5. Test the hypothesis that difference between the means of claims based on gender is not equal to zero
**Hypothesis:**
H0: difference in means is equal to zero
Ha: difference in means is not equal to zero
**Test Statistics:**
```{r}
t.test(claim ~ gender, data=insurance) # Unpooled
t.test(claim ~ gender, var.equal=TRUE, data=insurance) # Pooled
bwplot(gender ~ claim, data=insurance)
```
**p-value:** At significance level 0.05, p-value is less than alpha (0.05), which means that we can reject the null hypothesis and have enough evidence to conclude that the difference in means is not equal to zero.
**CI Interval:** 35 doesn't lie in the confidence interval range, hence we can reject the null hypothesis and have enough evidence to conclude that the difference in means is not equal to zero.
**Conclusion:** The above analysis suggests that there is difference in mean claims based on gender is different i.e one of the gender has more claim than other
### 3.3 analysis of variables
```{r}
# Claim values for region
favstats (~claim |region, data=insurance)
histogram (~claim |region, data=insurance, xlab = "Claim",
ylab = "Density",
main = "Histogram for claim Vs region")
```
```{r}
# Claim values - for age greater than 40
favstats(~(insurance%>% filter(age > 40))$claim)
histogram(~(insurance %>% filter(age > 40))$claim, xlab = "Claim",
ylab = "Density",
main = "Histogram for claim Vs age > 40")
```
Based on the above histograms, the variables age and region very slightly effects claim.
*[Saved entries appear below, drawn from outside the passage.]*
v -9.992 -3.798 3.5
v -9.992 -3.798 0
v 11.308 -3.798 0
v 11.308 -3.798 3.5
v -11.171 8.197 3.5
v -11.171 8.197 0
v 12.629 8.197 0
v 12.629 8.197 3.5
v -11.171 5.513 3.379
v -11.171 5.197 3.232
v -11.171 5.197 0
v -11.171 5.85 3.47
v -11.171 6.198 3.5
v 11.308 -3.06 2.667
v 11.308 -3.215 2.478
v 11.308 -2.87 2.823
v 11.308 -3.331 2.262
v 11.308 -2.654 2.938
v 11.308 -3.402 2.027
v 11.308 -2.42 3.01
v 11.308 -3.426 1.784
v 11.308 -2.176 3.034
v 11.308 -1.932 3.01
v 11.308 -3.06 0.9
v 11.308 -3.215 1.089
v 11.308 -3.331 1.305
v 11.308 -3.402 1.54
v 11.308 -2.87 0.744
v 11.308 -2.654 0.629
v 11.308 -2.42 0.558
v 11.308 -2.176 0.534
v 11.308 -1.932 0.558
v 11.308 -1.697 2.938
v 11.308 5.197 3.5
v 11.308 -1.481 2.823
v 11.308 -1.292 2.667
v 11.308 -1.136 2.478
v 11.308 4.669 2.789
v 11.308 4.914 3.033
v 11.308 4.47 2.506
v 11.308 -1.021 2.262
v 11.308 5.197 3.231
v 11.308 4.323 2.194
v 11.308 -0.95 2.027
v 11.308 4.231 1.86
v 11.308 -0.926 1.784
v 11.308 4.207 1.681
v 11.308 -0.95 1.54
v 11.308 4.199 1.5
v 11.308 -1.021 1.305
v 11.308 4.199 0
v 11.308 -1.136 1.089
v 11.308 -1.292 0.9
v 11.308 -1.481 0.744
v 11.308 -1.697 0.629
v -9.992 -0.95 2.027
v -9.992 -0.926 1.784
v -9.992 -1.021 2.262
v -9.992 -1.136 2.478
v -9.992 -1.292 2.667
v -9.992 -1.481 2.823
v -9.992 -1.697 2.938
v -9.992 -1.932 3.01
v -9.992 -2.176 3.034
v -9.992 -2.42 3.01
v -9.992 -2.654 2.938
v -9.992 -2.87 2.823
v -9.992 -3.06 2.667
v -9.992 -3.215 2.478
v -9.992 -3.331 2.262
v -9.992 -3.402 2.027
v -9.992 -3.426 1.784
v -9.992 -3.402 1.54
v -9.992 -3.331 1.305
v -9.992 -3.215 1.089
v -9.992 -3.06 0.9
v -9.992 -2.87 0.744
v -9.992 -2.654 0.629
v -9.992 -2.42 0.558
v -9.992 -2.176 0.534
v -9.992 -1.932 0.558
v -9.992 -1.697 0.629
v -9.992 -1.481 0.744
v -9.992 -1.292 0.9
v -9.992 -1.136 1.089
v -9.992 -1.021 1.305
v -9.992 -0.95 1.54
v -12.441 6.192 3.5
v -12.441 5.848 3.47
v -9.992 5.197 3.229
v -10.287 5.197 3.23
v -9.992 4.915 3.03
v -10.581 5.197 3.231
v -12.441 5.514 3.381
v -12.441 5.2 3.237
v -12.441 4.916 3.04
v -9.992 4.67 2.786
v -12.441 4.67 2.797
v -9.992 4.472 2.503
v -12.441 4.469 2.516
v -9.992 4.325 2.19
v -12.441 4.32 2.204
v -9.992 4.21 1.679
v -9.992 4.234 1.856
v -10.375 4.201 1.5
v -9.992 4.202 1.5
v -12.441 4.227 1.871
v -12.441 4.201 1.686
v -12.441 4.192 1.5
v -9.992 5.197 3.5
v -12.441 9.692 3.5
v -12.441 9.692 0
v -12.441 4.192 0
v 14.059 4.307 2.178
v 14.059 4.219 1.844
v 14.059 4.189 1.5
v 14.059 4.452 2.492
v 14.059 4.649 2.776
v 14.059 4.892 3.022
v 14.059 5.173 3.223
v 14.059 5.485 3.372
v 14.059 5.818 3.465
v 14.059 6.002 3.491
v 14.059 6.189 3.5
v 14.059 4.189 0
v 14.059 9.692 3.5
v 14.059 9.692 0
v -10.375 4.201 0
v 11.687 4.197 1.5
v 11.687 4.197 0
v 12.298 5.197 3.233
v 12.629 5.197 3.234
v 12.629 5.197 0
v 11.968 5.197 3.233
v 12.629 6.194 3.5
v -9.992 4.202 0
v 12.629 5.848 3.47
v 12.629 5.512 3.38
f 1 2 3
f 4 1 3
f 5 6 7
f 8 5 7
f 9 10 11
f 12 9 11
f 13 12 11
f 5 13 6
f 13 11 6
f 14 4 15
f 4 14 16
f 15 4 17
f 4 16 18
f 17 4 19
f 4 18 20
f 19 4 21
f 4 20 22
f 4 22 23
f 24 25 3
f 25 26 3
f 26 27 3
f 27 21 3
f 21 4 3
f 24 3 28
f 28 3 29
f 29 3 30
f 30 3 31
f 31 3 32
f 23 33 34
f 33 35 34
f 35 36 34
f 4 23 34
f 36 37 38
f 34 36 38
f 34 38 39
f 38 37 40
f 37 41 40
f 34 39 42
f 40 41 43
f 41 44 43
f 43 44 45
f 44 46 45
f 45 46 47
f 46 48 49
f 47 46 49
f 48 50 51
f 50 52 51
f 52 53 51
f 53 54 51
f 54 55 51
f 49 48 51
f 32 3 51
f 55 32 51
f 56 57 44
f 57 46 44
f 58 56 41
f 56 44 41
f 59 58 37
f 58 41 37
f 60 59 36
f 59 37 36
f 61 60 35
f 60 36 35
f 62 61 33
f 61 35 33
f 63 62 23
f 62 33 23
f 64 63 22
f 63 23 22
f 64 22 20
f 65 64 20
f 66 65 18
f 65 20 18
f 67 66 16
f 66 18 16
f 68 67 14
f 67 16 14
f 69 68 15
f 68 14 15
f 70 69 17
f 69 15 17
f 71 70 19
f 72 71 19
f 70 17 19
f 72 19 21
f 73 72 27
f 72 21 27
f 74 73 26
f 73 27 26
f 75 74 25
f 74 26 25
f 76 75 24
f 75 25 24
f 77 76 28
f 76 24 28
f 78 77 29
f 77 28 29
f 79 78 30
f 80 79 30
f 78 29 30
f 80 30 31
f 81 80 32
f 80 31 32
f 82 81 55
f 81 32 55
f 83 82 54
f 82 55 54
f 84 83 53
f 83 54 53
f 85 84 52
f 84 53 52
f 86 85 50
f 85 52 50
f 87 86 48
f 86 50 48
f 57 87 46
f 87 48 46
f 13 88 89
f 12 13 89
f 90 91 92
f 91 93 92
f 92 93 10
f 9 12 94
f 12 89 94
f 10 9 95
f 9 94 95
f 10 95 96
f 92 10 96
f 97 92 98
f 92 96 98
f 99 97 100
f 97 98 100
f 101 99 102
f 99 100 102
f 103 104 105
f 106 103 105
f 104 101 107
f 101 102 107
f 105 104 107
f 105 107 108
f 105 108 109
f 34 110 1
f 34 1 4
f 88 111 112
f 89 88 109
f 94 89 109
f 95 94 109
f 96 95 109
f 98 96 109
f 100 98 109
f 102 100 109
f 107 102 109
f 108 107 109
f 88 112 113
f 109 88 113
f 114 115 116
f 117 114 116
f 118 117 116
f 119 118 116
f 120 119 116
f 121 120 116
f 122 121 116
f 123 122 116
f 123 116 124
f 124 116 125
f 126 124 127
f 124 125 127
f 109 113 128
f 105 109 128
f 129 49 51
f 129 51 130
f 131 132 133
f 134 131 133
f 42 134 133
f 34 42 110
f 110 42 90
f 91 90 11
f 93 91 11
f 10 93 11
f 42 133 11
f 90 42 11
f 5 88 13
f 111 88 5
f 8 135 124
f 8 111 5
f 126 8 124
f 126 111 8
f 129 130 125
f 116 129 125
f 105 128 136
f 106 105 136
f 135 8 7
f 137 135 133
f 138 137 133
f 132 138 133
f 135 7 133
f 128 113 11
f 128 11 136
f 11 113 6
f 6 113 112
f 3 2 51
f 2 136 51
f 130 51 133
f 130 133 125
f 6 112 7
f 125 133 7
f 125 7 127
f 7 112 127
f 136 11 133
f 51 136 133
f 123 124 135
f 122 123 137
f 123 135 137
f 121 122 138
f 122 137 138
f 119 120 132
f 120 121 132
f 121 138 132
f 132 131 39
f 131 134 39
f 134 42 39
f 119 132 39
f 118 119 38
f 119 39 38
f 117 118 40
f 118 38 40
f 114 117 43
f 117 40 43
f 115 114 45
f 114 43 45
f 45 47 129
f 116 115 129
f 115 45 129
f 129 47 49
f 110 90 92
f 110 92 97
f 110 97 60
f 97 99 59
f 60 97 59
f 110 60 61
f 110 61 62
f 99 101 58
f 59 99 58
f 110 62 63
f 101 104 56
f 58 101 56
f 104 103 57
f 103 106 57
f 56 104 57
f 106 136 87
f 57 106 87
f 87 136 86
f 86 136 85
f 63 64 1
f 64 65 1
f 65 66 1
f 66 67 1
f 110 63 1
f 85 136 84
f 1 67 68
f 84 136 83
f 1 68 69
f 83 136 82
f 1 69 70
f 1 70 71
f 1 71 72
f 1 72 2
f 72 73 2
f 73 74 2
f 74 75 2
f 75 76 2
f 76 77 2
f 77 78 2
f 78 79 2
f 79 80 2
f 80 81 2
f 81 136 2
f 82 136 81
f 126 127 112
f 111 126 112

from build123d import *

# Parameters (mm, degrees)
F1_DEPTH      = 3.5
F2_R          = 1.25
F3_DEPTH      = 25
F3_DEPTH_BACK = 25
F4_T4_DEPTH   = 12.7513736877
F4_T9_DEPTH   = 12.4486649129


# Not quite as in the source:
# - a fillet or chamfer that OpenCascade refuses, or shapes differently, is made with other operations: its cross-section is extruded or revolved along the edge and cut away or added


with BuildPart() as f1:
    # F0 (on Top) → F1 (new body)
    with BuildSketch(Plane.XY):
        Polygon((-9.9924615563, -3.7976490931), (11.3075384437, -3.7976490931), (11.3075384437, 4.1987212708), (11.6869780256, 4.1973420195), (11.6869780256, 5.1973420195), (-10.3793237358, 5.1973420195), (-10.3752534696, 4.2007874551), (-9.9924615563, 4.2023509069), align=None)
        Polygon((11.6869780256, 5.1973420195), (11.6869780256, 4.1973420195), (14.0588939546, 4.1887201777), (14.0588939546, 9.6923498138), (-12.4411060454, 9.6923498138), (-12.4411060454, 4.1923498138), (-10.3752534696, 4.2007874551), (-10.3793237358, 5.1973420195), (-11.1709162593, 5.1973420195), (-11.1709162593, 8.1973420195), (12.6290837407, 8.1973420195), (12.6290837407, 5.1973420195), align=None)
    extrude(amount=F1_DEPTH)

    # F2 (on Right) → F3 (cut, two sides)
    with BuildSketch(Plane.YZ) as f3_sk:
        with Locations((-2.1757856011, 1.7836129991)):
            Circle(F2_R)
    extrude(amount=-F3_DEPTH, mode=Mode.SUBTRACT)
    extrude(f3_sk.sketch, amount=F3_DEPTH_BACK, mode=Mode.SUBTRACT)

    # F4: fillet of radius 2 on 2 edges, made by hand


with BuildPart() as f4_tool2:
    # F4_s3 → F4_t4 (new body)
    with BuildSketch(Plane(origin=(6.2921600495, -0.0228718094, 0), x_dir=(0, 0, 1), z_dir=(0.9999933936, -0.0036349454, 0))):
        with BuildLine():
            ThreePointArc((3.5, -6.2397958172), (2.9142135624, -4.8255822548), (1.5, -4.2397958172))
            Line((1.5, -4.2397958172), (3.5, -4.2397958172))
            Line((3.5, -4.2397958172), (3.5, -6.2397958172))
        make_face()
    extrude(amount=F4_T4_DEPTH)

    split(bisect_by=Plane.YZ.offset(11.3075384437), keep=Keep.TOP)


with BuildPart() as f1_1:
    add(f1.part)

    # F4_t1: cut F4_tool2
    add(f4_tool2.part, mode=Mode.SUBTRACT)


with BuildPart() as f4_tool7:
    # F4_s8 → F4_t9 (new body)
    with BuildSketch(Plane(origin=(-17.423734114, -0.0711644294, 0), x_dir=(0, 0, 1), z_dir=(0.9999916592, 0.0040843045, 0))):
        with BuildLine():
            ThreePointArc((3.5, -6.2431281117), (2.9142135624, -4.8289145493), (1.5, -4.2431281117))
            Line((1.5, -4.2431281117), (3.5, -4.2431281117))
            Line((3.5, -4.2431281117), (3.5, -6.2431281117))
        make_face()
    extrude(amount=F4_T9_DEPTH)

    split(bisect_by=Plane.YZ.offset(-9.9924615563), keep=Keep.BOTTOM)


with BuildPart() as f1_2:
    add(f1_1.part)

    # F4_t6: cut F4_tool7
    add(f4_tool7.part, mode=Mode.SUBTRACT)


solid = f1_2.part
Similarly other columns also show very little impact on the claim amount. On the other hand the smoker columns shows a moderate positive linear relationship with claim.
## 4 Conclusion
Based on the above analysis, we can conclude that if a patient is a smoker then his claim amount is expected to be higher than a non smoker with same demographic details. Although other details like blood pressure, bmi etc show a little impact on the insurance, it's overshadowed by the effect shown by smoking. Hence the patients with smoking habit are more vulnerable and the insurance companies can expect more number of and higher claim amount from these patients.